▸ What the task requires
Take the entries below and reproduce them word for word.

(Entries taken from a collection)
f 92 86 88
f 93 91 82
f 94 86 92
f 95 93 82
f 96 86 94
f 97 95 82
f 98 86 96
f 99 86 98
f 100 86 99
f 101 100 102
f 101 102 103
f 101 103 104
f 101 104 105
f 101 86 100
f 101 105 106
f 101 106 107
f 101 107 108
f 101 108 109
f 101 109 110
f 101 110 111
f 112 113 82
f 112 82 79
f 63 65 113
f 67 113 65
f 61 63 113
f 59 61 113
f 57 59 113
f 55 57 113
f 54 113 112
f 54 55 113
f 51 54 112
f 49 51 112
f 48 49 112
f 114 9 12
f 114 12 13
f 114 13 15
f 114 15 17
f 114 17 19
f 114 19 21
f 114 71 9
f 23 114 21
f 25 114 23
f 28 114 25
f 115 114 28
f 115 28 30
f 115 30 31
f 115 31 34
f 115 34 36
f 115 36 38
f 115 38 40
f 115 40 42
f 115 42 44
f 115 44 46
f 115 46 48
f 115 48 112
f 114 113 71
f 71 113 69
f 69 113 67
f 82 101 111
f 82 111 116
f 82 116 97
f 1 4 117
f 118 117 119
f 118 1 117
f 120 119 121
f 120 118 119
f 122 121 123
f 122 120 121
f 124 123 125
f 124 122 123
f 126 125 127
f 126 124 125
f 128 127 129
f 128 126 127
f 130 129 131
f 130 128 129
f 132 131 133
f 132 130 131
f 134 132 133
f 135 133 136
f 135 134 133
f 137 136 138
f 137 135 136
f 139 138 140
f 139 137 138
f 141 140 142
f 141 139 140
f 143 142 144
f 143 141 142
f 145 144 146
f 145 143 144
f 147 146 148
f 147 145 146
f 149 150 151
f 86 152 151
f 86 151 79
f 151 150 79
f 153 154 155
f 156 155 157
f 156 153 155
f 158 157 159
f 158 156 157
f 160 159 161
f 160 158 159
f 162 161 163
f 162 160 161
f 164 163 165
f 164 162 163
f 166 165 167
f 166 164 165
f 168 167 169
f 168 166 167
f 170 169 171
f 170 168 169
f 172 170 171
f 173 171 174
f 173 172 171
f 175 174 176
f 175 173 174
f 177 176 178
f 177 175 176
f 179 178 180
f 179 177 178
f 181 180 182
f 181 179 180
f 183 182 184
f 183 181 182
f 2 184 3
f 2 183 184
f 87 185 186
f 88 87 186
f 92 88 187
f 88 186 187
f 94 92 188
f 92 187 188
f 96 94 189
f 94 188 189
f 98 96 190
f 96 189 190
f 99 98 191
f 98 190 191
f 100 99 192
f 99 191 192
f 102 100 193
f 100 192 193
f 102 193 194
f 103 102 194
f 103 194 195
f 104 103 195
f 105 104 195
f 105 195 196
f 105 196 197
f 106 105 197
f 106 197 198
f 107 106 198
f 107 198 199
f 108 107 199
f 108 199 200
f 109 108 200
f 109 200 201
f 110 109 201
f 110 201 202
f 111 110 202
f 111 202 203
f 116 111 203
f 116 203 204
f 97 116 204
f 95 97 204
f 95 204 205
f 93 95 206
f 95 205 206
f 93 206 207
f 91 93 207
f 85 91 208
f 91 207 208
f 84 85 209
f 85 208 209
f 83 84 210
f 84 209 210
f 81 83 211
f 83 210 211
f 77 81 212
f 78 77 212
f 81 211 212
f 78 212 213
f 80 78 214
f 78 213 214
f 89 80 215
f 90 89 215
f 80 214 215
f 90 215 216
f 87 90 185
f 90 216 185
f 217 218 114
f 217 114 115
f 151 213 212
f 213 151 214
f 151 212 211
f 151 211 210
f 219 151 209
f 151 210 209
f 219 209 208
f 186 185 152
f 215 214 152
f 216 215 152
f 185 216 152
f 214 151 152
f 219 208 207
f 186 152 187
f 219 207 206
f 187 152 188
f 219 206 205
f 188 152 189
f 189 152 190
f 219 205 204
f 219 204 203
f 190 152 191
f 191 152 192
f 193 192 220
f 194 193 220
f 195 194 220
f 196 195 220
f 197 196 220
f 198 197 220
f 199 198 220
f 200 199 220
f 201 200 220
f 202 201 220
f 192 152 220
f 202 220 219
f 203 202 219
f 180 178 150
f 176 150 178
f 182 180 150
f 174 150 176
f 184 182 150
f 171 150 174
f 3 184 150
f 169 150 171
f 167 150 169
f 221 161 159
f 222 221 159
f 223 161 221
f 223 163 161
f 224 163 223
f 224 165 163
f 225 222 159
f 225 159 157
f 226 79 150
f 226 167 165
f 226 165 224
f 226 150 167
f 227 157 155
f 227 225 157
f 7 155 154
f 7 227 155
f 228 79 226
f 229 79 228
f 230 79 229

▸ Result of this task
f 92 86 88
f 93 91 82
f 94 86 92
f 95 93 82
f 96 86 94
f 97 95 82
f 98 86 96
f 99 86 98
f 100 86 99
f 101 100 102
f 101 102 103
f 101 103 104
f 101 104 105
f 101 86 100
f 101 105 106
f 101 106 107
f 101 107 108
f 101 108 109
f 101 109 110
f 101 110 111
f 112 113 82
f 112 82 79
f 63 65 113
f 67 113 65
f 61 63 113
f 59 61 113
f 57 59 113
f 55 57 113
f 54 113 112
f 54 55 113
f 51 54 112
f 49 51 112
f 48 49 112
f 114 9 12
f 114 12 13
f 114 13 15
f 114 15 17
f 114 17 19
f 114 19 21
f 114 71 9
f 23 114 21
f 25 114 23
f 28 114 25
f 115 114 28
f 115 28 30
f 115 30 31
f 115 31 34
f 115 34 36
f 115 36 38
f 115 38 40
f 115 40 42
f 115 42 44
f 115 44 46
f 115 46 48
f 115 48 112
f 114 113 71
f 71 113 69
f 69 113 67
f 82 101 111
f 82 111 116
f 82 116 97
f 1 4 117
f 118 117 119
f 118 1 117
f 120 119 121
f 120 118 119
f 122 121 123
f 122 120 121
f 124 123 125
f 124 122 123
f 126 125 127
f 126 124 125
f 128 127 129
f 128 126 127
f 130 129 131
f 130 128 129
f 132 131 133
f 132 130 131
f 134 132 133
f 135 133 136
f 135 134 133
f 137 136 138
f 137 135 136
f 139 138 140
f 139 137 138
f 141 140 142
f 141 139 140
f 143 142 144
f 143 141 142
f 145 144 146
f 145 143 144
f 147 146 148
f 147 145 146
f 149 150 151
f 86 152 151
f 86 151 79
f 151 150 79
f 153 154 155
f 156 155 157
f 156 153 155
f 158 157 159
f 158 156 157
f 160 159 161
f 160 158 159
f 162 161 163
f 162 160 161
f 164 163 165
f 164 162 163
f 166 165 167
f 166 164 165
f 168 167 169
f 168 166 167
f 170 169 171
f 170 168 169
f 172 170 171
f 173 171 174
f 173 172 171
f 175 174 176
f 175 173 174
f 177 176 178
f 177 175 176
f 179 178 180
f 179 177 178
f 181 180 182
f 181 179 180
f 183 182 184
f 183 181 182
f 2 184 3
f 2 183 184
f 87 185 186
f 88 87 186
f 92 88 187
f 88 186 187
f 94 92 188
f 92 187 188
f 96 94 189
f 94 188 189
f 98 96 190
f 96 189 190
f 99 98 191
f 98 190 191
f 100 99 192
f 99 191 192
f 102 100 193
f 100 192 193
f 102 193 194
f 103 102 194
f 103 194 195
f 104 103 195
f 105 104 195
f 105 195 196
f 105 196 197
f 106 105 197
f 106 197 198
f 107 106 198
f 107 198 199
f 108 107 199
f 108 199 200
f 109 108 200
f 109 200 201
f 110 109 201
f 110 201 202
f 111 110 202
f 111 202 203
f 116 111 203
f 116 203 204
f 97 116 204
f 95 97 204
f 95 204 205
f 93 95 206
f 95 205 206
f 93 206 207
f 91 93 207
f 85 91 208
f 91 207 208
f 84 85 209
f 85 208 209
f 83 84 210
f 84 209 210
f 81 83 211
f 83 210 211
f 77 81 212
f 78 77 212
f 81 211 212
f 78 212 213
f 80 78 214
f 78 213 214
f 89 80 215
f 90 89 215
f 80 214 215
f 90 215 216
f 87 90 185
f 90 216 185
f 217 218 114
f 217 114 115
f 151 213 212
f 213 151 214
f 151 212 211
f 151 211 210
f 219 151 209
f 151 210 209
f 219 209 208
f 186 185 152
f 215 214 152
f 216 215 152
f 185 216 152
f 214 151 152
f 219 208 207
f 186 152 187
f 219 207 206
f 187 152 188
f 219 206 205
f 188 152 189
f 189 152 190
f 219 205 204
f 219 204 203
f 190 152 191
f 191 152 192
f 193 192 220
f 194 193 220
f 195 194 220
f 196 195 220
f 197 196 220
f 198 197 220
f 199 198 220
f 200 199 220
f 201 200 220
f 202 201 220
f 192 152 220
f 202 220 219
f 203 202 219
f 180 178 150
f 176 150 178
f 182 180 150
f 174 150 176
f 184 182 150
f 171 150 174
f 3 184 150
f 169 150 171
f 167 150 169
f 221 161 159
f 222 221 159
f 223 161 221
f 223 163 161
f 224 163 223
f 224 165 163
f 225 222 159
f 225 159 157
f 226 79 150
f 226 167 165
f 226 165 224
f 226 150 167
f 227 157 155
f 227 225 157
f 7 155 154
f 7 227 155
f 228 79 226
f 229 79 228
f 230 79 229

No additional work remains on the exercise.